God knows how to handle rebellious spiritual beings, so he very well knows how to handle false teachers in your church.

But wait, there is more. He also knows how to punish them, because he did so in the flood and Sodom and Gomorrah. The deluge is literally a cataclysm, that is the word Peter uses. The ruined ashes of Sodom and Gomorrah show us he knows what to do with a city and a people who have rejected right and aligned with evil and exploitation.

So let’s review Peter’s argument: God knows how to put rebellious beings in dungeons, he knows how to drown wicked people, and he knows how to burn unrighteous heathens to a crisp, therefore the false teachers in your church will be no match for him.

Textually, verses 4, 5, and 6 are not a sentence in English, but it makes perfect sense in Greek. I left it the way it is because you get more of a feeling for it this way. At least, that is what I think.

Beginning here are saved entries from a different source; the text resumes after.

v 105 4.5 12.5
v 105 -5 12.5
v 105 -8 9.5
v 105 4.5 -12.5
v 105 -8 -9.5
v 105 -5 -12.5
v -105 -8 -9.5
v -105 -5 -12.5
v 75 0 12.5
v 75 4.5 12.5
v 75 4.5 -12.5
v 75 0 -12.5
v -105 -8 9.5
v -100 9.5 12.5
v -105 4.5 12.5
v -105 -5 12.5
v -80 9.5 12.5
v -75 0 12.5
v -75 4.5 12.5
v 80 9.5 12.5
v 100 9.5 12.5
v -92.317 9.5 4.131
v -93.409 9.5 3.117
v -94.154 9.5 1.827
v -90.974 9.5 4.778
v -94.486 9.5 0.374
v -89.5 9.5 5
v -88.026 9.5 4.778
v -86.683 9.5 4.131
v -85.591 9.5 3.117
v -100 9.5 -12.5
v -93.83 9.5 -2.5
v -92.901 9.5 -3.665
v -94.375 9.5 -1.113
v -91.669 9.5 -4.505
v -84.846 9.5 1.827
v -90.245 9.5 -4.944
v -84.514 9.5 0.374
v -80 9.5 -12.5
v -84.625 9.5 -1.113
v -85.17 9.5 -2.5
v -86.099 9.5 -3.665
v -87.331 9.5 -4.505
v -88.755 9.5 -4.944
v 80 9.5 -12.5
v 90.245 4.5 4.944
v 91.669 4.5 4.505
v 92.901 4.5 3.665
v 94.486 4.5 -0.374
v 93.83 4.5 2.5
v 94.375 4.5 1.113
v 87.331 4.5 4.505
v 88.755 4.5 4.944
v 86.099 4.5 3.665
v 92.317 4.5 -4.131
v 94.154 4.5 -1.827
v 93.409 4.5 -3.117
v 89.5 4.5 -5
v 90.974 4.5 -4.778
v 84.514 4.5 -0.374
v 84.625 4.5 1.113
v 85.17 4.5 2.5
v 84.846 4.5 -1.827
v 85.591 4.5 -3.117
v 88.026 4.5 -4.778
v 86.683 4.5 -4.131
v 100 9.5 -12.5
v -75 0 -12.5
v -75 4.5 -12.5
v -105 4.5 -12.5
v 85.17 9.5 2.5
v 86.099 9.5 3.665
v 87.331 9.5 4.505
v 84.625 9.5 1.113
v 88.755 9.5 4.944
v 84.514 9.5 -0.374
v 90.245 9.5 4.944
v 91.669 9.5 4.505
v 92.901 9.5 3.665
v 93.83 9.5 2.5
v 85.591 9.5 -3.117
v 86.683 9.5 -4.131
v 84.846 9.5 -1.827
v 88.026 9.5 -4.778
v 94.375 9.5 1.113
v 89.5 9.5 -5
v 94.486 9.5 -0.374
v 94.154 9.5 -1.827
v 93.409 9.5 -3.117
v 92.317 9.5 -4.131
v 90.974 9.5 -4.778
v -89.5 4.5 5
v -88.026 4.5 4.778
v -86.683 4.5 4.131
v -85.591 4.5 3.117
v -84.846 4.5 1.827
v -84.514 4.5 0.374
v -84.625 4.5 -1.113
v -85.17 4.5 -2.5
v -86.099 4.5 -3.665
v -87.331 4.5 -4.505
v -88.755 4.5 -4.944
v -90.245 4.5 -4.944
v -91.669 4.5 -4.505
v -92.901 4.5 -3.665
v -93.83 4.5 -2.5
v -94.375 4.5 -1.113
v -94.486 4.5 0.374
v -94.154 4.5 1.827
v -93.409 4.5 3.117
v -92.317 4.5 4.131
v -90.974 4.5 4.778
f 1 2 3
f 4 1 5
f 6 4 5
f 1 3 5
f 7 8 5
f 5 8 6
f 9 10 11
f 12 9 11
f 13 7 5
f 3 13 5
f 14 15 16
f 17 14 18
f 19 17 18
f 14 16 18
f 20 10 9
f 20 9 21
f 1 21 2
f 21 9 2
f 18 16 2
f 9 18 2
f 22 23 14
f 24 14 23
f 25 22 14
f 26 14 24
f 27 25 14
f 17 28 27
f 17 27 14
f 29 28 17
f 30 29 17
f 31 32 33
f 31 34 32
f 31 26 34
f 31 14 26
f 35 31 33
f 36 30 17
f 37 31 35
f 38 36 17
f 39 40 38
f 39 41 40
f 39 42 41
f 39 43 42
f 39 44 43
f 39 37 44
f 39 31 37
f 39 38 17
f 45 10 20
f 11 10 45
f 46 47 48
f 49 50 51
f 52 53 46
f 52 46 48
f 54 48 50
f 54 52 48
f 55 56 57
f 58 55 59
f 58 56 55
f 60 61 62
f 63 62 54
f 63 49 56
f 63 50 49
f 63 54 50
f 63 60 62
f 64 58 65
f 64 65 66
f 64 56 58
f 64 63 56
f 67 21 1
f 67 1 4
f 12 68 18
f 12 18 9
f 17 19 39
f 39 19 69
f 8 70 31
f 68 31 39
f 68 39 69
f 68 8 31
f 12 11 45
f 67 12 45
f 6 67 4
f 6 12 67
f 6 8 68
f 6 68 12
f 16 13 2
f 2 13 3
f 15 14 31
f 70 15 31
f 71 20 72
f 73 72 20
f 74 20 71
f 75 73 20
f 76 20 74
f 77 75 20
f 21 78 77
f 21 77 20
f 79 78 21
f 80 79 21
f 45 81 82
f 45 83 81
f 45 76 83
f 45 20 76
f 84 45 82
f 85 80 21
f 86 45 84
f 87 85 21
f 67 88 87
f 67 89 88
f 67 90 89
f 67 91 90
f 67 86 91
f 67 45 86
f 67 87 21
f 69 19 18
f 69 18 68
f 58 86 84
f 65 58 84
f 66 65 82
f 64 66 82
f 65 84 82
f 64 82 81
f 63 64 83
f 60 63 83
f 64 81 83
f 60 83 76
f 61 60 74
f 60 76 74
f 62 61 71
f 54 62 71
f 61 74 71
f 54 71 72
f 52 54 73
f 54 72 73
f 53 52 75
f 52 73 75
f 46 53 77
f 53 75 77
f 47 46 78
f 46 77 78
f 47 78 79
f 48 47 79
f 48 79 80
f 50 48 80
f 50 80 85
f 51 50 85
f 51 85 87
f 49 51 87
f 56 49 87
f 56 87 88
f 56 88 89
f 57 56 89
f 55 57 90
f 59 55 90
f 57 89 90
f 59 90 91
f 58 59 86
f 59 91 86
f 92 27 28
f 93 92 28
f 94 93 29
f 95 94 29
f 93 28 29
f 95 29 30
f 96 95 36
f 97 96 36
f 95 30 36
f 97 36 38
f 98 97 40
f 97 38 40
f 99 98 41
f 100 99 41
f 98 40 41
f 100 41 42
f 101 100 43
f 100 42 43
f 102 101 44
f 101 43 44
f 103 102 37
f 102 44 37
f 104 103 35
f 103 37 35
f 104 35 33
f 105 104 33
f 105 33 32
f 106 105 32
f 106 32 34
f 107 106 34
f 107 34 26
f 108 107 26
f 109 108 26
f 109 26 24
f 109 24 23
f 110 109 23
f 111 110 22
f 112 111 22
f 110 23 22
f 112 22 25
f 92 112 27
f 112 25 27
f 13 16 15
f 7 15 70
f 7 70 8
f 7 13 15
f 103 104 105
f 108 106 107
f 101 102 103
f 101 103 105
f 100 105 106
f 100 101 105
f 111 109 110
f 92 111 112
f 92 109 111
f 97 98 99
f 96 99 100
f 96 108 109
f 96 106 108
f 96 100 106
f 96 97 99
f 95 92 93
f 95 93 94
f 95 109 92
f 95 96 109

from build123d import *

# Parameters (mm, degrees)
EXTRUDE_1_DEPTH      = 9.5
EXTRUDE_1_DEPTH_BACK = 8
SKETCH_1_W           = 210
SKETCH_1_H           = 25
SKETCH_2_W           = 150
SKETCH_2_H           = 25
CUT_EXTRUDE_1_DEPTH  = 9.5
SKETCH_3_R           = 5
CUT_EXTRUDE_2_DEPTH  = 5
CHAMFER_1_SIZE       = 5
CHAMFER_2_SIZE       = 3


with BuildPart() as part:
    # 草图1 → 凸台-拉伸1 (new, two sides: drawn at the far end of the back side and taken through both)
    with BuildSketch(Plane(origin=(0, 0, 0), x_dir=(1, 0, 0), z_dir=(0, 1, 0)).offset(-EXTRUDE_1_DEPTH_BACK)):
        Rectangle(SKETCH_1_W, SKETCH_1_H)
    extrude(amount=EXTRUDE_1_DEPTH + EXTRUDE_1_DEPTH_BACK)

    # 草图2 → 切除-拉伸1 (cut)
    with BuildSketch(Plane(origin=(0, 9.5, 0), x_dir=(1, 0, 0), z_dir=(0, 1, 0))):
        Rectangle(SKETCH_2_W, SKETCH_2_H)
    extrude(amount=-CUT_EXTRUDE_1_DEPTH, mode=Mode.SUBTRACT)

    # 草图3 → 切除-拉伸2 (cut)
    with BuildSketch(Plane(origin=(0, 9.5, 0), x_dir=(1, 0, 0), z_dir=(0, 1, 0))):
        with Locations(Location((-89.5, 0, 0), (0, 0, 270))):
            Circle(SKETCH_3_R)
        with Locations(Location((89.5, 0, 0), (0, 0, 90))):
            Circle(SKETCH_3_R)
    extrude(amount=-CUT_EXTRUDE_2_DEPTH, mode=Mode.SUBTRACT)

    # 倒角1
    chamfer_1_edges = [part.edges().sort_by_distance(p)[0] for p in [
        (-105, 9.5, 0),
        (105, 9.5, 0),
        (-75, 9.5, 0),
        (75, 9.5, 0),
    ]]
    chamfer(chamfer_1_edges, length=CHAMFER_1_SIZE)

    # 倒角2
    chamfer_2_edges = [part.edges().sort_by_distance(p)[0] for p in [
        (0, -8, -12.5),
        (0, -8, 12.5),
    ]]
    chamfer(chamfer_2_edges, length=CHAMFER_2_SIZE)


solid = part.part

I have to tell you, as a pastor who has fought continually one false teaching after another including but not limited to prosperity gospel, faith healers, political allegiance, and sexual debauchery this kind of affirmation of hard punishment brings a tear of joy to my eye. Burn, baby, burn.

We can’t leave this text, though, without thinking about Lot. I have serious problems with Peter’s understanding. He refers to Lot as ‘righteous’ and as someone who was ‘tortured’ in his soul. I’m not buying it. I’m not saying Peter is wrong, I am saying he gives Lot far too much credit. the Genesis account shows us a greedy compromised man who is willing to throw his daughters to a pack of sexually depraved wolves. If Lot was so tortured, he would have moved. But he didn’t, because he pitched his tent in that direction. He chose Sodom. He chose Gomorrah. He chose them because it is what he wanted.

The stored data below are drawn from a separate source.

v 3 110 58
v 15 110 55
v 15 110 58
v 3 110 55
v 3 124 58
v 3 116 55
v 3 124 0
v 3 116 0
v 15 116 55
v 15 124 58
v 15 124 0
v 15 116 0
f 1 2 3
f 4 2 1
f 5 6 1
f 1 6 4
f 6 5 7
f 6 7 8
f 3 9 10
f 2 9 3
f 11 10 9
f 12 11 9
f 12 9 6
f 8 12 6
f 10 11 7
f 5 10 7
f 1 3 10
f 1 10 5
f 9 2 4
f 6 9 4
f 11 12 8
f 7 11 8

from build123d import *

# Parameters (mm, degrees)
BOX018_W                  = 12
BOX018_H                  = 8
BOX018_DEPTH              = 55
BOX017_W                  = 12
BOX017_H                  = 14
BOX017_DEPTH              = 3
FUSION010_PLACEMENT_ANGLE = 180


with BuildPart() as sporte003:
    # Box018 → Box018 (new body)
    with BuildSketch(Plane(origin=(47, 17, 0), x_dir=(1, 0, 0), z_dir=(0, 0, 1))):
        with Locations((6, 4)):
            Rectangle(BOX018_W, BOX018_H)
    extrude(amount=BOX018_DEPTH)


with BuildPart() as l3:
    # Box017 → Box017 (new body)
    with BuildSketch(Plane(origin=(47, 17, 55), x_dir=(1, 0, 0), z_dir=(0, 0, 1))):
        with Locations((6, 7)):
            Rectangle(BOX017_W, BOX017_H)
    extrude(amount=BOX017_DEPTH)

    # Fusion010: union sporte003
    add(sporte003.part)


with BuildPart() as l3_1:
    # Fusion010 placement: moved
    add(l3.part.moved(Location((62, 141, 0))).rotate(Axis((62, 141, 0), (0, 0, 1)), FUSION010_PLACEMENT_ANGLE))


solid = l3_1.part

I am not saying Peter is wrong, but Peter is wrong.


Questions For Application

  1. A heresy is not something you just disagree with, but something that is doctrinally incorrect, like saying Jesus is not the son of God or he was not born of a virgin. What heresies do you think the church is particularly vulnerable to right now? Which ones are you a little too dangerously fascinated with?
  2. How does debauchery (sensuality, sexual sin) lead to blasphemy?
  3. What do you think a gloomy dungeon would be like?
  4. Peter is speaking here about judgment. Do you think about judgment on God’s enemies very often? Is it possible to oversell forgiveness and love and neglect the doctrinal necessity of judgment?
  5. We are very much like Lot, living in a an age of apostasy and debauchery. The question for us is, are we tortured or do we like it? Do not answer that question too quickly.